(Task objective): So that the copy matches the original, write out every entry exactly.

(Data supplied):
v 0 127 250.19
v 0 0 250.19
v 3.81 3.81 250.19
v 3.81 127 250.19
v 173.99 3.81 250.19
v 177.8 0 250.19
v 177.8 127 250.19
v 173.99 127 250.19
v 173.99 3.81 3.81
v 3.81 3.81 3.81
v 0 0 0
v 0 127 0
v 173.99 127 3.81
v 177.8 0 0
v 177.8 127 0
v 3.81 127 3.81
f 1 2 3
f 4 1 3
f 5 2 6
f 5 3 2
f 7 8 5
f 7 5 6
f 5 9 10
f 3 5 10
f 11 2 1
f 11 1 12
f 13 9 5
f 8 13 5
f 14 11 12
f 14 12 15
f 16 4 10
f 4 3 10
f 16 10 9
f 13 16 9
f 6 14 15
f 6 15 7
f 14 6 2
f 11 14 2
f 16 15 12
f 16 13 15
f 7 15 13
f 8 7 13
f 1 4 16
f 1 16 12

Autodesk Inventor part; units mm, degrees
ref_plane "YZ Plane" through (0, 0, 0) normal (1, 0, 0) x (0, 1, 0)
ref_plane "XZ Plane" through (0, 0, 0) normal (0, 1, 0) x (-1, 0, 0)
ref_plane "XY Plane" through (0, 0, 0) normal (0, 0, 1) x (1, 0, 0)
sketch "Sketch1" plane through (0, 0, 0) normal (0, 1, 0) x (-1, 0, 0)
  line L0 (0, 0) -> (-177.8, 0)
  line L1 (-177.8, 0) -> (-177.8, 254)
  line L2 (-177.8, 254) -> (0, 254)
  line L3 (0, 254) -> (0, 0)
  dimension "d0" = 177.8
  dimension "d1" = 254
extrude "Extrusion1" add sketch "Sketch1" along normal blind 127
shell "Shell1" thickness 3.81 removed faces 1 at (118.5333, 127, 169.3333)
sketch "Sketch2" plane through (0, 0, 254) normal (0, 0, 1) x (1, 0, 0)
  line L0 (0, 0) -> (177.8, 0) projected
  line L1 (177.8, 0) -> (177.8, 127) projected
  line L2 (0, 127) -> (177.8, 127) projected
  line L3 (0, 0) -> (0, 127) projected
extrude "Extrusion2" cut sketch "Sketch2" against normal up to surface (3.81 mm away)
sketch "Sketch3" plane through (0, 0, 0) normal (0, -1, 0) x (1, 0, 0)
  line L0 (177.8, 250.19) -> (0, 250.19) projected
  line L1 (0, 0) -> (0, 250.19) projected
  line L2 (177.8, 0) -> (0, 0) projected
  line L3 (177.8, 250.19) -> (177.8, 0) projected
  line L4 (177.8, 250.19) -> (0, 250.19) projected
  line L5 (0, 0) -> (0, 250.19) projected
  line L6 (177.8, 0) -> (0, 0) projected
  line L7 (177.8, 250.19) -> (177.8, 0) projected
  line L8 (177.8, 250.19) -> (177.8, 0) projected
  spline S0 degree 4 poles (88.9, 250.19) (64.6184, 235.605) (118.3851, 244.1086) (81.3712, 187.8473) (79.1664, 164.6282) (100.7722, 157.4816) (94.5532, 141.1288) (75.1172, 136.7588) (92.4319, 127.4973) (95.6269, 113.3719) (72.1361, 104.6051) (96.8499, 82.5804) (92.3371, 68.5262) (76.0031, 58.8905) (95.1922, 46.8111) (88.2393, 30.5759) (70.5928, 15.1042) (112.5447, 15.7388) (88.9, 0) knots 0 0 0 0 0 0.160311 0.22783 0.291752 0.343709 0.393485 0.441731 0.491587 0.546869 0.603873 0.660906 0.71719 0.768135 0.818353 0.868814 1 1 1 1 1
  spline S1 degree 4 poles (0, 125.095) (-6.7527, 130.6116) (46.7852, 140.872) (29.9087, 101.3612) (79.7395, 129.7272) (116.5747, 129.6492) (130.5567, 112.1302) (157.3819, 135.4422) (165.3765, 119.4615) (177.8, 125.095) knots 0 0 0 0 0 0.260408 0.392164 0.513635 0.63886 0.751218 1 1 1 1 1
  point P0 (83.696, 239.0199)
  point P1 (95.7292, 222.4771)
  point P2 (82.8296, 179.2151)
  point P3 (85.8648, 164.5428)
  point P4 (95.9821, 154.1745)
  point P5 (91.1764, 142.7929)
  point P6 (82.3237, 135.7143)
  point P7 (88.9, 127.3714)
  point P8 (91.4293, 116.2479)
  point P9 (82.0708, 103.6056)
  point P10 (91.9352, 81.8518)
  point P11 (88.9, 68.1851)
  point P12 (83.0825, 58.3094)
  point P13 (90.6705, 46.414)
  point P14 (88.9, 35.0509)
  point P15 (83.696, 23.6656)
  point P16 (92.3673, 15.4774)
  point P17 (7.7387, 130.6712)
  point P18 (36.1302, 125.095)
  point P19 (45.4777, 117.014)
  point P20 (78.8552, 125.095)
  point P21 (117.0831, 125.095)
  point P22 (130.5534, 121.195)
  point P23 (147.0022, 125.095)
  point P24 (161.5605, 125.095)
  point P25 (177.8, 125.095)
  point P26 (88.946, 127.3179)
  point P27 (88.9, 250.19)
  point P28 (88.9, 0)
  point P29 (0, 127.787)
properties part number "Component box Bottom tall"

(Written answer):
v 0 127 250.19
v 0 0 250.19
v 3.81 3.81 250.19
v 3.81 127 250.19
v 173.99 3.81 250.19
v 177.8 0 250.19
v 177.8 127 250.19
v 173.99 127 250.19
v 173.99 3.81 3.81
v 3.81 3.81 3.81
v 0 0 0
v 0 127 0
v 173.99 127 3.81
v 177.8 0 0
v 177.8 127 0
v 3.81 127 3.81
f 1 2 3
f 4 1 3
f 5 2 6
f 5 3 2
f 7 8 5
f 7 5 6
f 5 9 10
f 3 5 10
f 11 2 1
f 11 1 12
f 13 9 5
f 8 13 5
f 14 11 12
f 14 12 15
f 16 4 10
f 4 3 10
f 16 10 9
f 13 16 9
f 6 14 15
f 6 15 7
f 14 6 2
f 11 14 2
f 16 15 12
f 16 13 15
f 7 15 13
f 8 7 13
f 1 4 16
f 1 16 12

Autodesk Inventor part; units mm, degrees
ref_plane "YZ Plane" through (0, 0, 0) normal (1, 0, 0) x (0, 1, 0)
ref_plane "XZ Plane" through (0, 0, 0) normal (0, 1, 0) x (-1, 0, 0)
ref_plane "XY Plane" through (0, 0, 0) normal (0, 0, 1) x (1, 0, 0)
sketch "Sketch1" plane through (0, 0, 0) normal (0, 1, 0) x (-1, 0, 0)
  line L0 (0, 0) -> (-177.8, 0)
  line L1 (-177.8, 0) -> (-177.8, 254)
  line L2 (-177.8, 254) -> (0, 254)
  line L3 (0, 254) -> (0, 0)
  dimension "d0" = 177.8
  dimension "d1" = 254
extrude "Extrusion1" add sketch "Sketch1" along normal blind 127
shell "Shell1" thickness 3.81 removed faces 1 at (118.5333, 127, 169.3333)
sketch "Sketch2" plane through (0, 0, 254) normal (0, 0, 1) x (1, 0, 0)
  line L0 (0, 0) -> (177.8, 0) projected
  line L1 (177.8, 0) -> (177.8, 127) projected
  line L2 (0, 127) -> (177.8, 127) projected
  line L3 (0, 0) -> (0, 127) projected
extrude "Extrusion2" cut sketch "Sketch2" against normal up to surface (3.81 mm away)
sketch "Sketch3" plane through (0, 0, 0) normal (0, -1, 0) x (1, 0, 0)
  line L0 (177.8, 250.19) -> (0, 250.19) projected
  line L1 (0, 0) -> (0, 250.19) projected
  line L2 (177.8, 0) -> (0, 0) projected
  line L3 (177.8, 250.19) -> (177.8, 0) projected
  line L4 (177.8, 250.19) -> (0, 250.19) projected
  line L5 (0, 0) -> (0, 250.19) projected
  line L6 (177.8, 0) -> (0, 0) projected
  line L7 (177.8, 250.19) -> (177.8, 0) projected
  line L8 (177.8, 250.19) -> (177.8, 0) projected
  spline S0 degree 4 poles (88.9, 250.19) (64.6184, 235.605) (118.3851, 244.1086) (81.3712, 187.8473) (79.1664, 164.6282) (100.7722, 157.4816) (94.5532, 141.1288) (75.1172, 136.7588) (92.4319, 127.4973) (95.6269, 113.3719) (72.1361, 104.6051) (96.8499, 82.5804) (92.3371, 68.5262) (76.0031, 58.8905) (95.1922, 46.8111) (88.2393, 30.5759) (70.5928, 15.1042) (112.5447, 15.7388) (88.9, 0) knots 0 0 0 0 0 0.160311 0.22783 0.291752 0.343709 0.393485 0.441731 0.491587 0.546869 0.603873 0.660906 0.71719 0.768135 0.818353 0.868814 1 1 1 1 1
  spline S1 degree 4 poles (0, 125.095) (-6.7527, 130.6116) (46.7852, 140.872) (29.9087, 101.3612) (79.7395, 129.7272) (116.5747, 129.6492) (130.5567, 112.1302) (157.3819, 135.4422) (165.3765, 119.4615) (177.8, 125.095) knots 0 0 0 0 0 0.260408 0.392164 0.513635 0.63886 0.751218 1 1 1 1 1
  point P0 (83.696, 239.0199)
  point P1 (95.7292, 222.4771)
  point P2 (82.8296, 179.2151)
  point P3 (85.8648, 164.5428)
  point P4 (95.9821, 154.1745)
  point P5 (91.1764, 142.7929)
  point P6 (82.3237, 135.7143)
  point P7 (88.9, 127.3714)
  point P8 (91.4293, 116.2479)
  point P9 (82.0708, 103.6056)
  point P10 (91.9352, 81.8518)
  point P11 (88.9, 68.1851)
  point P12 (83.0825, 58.3094)
  point P13 (90.6705, 46.414)
  point P14 (88.9, 35.0509)
  point P15 (83.696, 23.6656)
  point P16 (92.3673, 15.4774)
  point P17 (7.7387, 130.6712)
  point P18 (36.1302, 125.095)
  point P19 (45.4777, 117.014)
  point P20 (78.8552, 125.095)
  point P21 (117.0831, 125.095)
  point P22 (130.5534, 121.195)
  point P23 (147.0022, 125.095)
  point P24 (161.5605, 125.095)
  point P25 (177.8, 125.095)
  point P26 (88.946, 127.3179)
  point P27 (88.9, 250.19)
  point P28 (88.9, 0)
  point P29 (0, 127.787)
properties part number "Component box Bottom tall"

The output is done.